Go to the line below containing "f 94 241 238" and print exactly from there through the line containing "f 88 283 282", both included. Print nothing else.

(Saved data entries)
↓↓↓
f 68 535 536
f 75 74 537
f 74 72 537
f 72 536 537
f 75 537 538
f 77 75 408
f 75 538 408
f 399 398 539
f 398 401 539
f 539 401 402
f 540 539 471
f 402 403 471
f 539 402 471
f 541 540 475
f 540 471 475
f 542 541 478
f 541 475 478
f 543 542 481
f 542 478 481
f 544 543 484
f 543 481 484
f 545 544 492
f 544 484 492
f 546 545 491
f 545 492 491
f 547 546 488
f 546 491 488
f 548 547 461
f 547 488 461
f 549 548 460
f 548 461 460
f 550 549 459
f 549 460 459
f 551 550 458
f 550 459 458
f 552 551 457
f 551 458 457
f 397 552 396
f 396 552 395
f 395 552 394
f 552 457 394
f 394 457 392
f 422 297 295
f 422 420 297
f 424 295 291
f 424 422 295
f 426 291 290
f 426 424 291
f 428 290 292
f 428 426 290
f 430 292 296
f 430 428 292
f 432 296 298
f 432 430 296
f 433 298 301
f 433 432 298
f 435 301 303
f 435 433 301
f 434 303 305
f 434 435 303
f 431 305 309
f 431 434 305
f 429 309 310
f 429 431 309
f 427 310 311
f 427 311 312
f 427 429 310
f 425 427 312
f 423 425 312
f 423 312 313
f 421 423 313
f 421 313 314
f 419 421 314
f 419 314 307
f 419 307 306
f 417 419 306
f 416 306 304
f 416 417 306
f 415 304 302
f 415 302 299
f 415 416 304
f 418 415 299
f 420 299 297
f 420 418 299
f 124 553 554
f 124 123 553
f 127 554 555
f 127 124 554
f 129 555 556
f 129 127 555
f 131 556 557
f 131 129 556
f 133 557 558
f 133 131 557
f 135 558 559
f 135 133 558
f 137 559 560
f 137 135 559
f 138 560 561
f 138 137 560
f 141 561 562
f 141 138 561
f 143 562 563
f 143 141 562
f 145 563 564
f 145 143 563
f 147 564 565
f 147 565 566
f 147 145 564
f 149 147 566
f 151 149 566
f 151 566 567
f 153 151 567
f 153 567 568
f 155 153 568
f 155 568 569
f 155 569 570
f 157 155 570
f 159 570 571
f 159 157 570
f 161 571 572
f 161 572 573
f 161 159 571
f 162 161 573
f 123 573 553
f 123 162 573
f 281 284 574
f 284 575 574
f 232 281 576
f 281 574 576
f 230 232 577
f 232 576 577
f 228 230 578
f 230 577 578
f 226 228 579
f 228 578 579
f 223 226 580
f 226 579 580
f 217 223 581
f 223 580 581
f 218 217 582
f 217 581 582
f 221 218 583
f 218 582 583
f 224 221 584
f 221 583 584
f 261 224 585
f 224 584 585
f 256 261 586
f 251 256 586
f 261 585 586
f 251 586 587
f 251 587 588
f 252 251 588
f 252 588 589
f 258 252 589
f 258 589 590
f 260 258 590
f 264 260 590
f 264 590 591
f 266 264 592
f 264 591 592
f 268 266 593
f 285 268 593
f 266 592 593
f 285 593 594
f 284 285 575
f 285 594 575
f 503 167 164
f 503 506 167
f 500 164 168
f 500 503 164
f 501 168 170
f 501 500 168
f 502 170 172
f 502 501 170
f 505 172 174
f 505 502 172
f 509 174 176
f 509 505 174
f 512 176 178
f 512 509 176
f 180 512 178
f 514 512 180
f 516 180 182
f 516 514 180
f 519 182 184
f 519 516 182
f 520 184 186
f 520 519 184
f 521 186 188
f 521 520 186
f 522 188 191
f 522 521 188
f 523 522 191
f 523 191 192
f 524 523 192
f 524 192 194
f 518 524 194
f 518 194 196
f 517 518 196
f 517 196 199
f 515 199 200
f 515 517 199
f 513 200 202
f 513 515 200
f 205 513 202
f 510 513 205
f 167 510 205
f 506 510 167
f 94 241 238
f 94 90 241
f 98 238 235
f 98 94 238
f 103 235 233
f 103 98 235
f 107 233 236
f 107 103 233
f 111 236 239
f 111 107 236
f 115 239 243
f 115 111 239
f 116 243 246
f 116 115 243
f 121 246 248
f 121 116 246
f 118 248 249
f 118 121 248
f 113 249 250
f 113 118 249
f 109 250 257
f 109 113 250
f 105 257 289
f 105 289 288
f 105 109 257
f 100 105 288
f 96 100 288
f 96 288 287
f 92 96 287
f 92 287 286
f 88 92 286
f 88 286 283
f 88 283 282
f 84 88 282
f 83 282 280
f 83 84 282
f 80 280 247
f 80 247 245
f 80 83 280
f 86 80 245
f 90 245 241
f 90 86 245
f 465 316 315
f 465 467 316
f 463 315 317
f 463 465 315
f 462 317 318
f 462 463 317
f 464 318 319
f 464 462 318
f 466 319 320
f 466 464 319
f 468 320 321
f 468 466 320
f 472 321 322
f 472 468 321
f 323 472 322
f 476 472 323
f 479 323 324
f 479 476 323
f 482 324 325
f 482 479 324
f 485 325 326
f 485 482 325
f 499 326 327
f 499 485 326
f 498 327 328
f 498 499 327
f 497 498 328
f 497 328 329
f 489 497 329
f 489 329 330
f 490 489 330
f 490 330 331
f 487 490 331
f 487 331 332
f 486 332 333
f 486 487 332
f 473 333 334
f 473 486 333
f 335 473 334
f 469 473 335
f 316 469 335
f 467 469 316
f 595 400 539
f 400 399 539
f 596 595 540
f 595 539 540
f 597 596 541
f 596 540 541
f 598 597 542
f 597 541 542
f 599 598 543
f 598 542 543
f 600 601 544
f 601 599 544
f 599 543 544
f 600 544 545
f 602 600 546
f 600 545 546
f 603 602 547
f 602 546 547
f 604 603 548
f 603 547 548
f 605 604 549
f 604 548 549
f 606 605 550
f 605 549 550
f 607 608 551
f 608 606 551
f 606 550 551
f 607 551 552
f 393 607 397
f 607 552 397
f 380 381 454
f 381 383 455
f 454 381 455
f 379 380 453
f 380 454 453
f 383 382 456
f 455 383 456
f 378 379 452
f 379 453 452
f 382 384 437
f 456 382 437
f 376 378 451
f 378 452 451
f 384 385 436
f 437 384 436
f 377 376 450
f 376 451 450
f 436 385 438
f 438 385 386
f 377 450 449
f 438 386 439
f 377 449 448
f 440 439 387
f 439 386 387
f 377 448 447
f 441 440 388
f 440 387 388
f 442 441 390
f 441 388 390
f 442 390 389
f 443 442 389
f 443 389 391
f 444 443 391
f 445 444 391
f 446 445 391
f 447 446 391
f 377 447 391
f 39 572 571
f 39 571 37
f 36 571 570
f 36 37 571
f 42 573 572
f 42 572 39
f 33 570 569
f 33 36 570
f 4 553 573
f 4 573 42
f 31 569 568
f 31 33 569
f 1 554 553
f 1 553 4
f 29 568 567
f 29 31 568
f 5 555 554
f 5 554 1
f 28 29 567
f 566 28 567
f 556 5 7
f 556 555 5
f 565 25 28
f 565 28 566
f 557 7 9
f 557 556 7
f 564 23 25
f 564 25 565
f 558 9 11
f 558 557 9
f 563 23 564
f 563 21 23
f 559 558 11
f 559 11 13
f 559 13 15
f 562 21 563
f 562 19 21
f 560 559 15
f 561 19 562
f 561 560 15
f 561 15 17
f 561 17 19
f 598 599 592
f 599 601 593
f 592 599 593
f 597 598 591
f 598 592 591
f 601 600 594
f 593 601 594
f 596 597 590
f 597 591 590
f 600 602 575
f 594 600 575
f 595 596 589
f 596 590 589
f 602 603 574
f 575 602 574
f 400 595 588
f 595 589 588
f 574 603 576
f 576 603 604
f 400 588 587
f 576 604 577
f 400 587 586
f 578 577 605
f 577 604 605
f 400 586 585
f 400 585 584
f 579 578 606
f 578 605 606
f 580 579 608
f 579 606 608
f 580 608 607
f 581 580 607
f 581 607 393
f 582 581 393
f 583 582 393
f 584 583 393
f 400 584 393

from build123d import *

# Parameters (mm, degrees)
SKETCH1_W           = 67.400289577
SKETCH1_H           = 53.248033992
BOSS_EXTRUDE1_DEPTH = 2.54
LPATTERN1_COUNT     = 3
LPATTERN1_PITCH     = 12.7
↑↑↑
- Problem solution
f 94 241 238
f 94 90 241
f 98 238 235
f 98 94 238
f 103 235 233
f 103 98 235
f 107 233 236
f 107 103 233
f 111 236 239
f 111 107 236
f 115 239 243
f 115 111 239
f 116 243 246
f 116 115 243
f 121 246 248
f 121 116 246
f 118 248 249
f 118 121 248
f 113 249 250
f 113 118 249
f 109 250 257
f 109 113 250
f 105 257 289
f 105 289 288
f 105 109 257
f 100 105 288
f 96 100 288
f 96 288 287
f 92 96 287
f 92 287 286
f 88 92 286
f 88 286 283
f 88 283 282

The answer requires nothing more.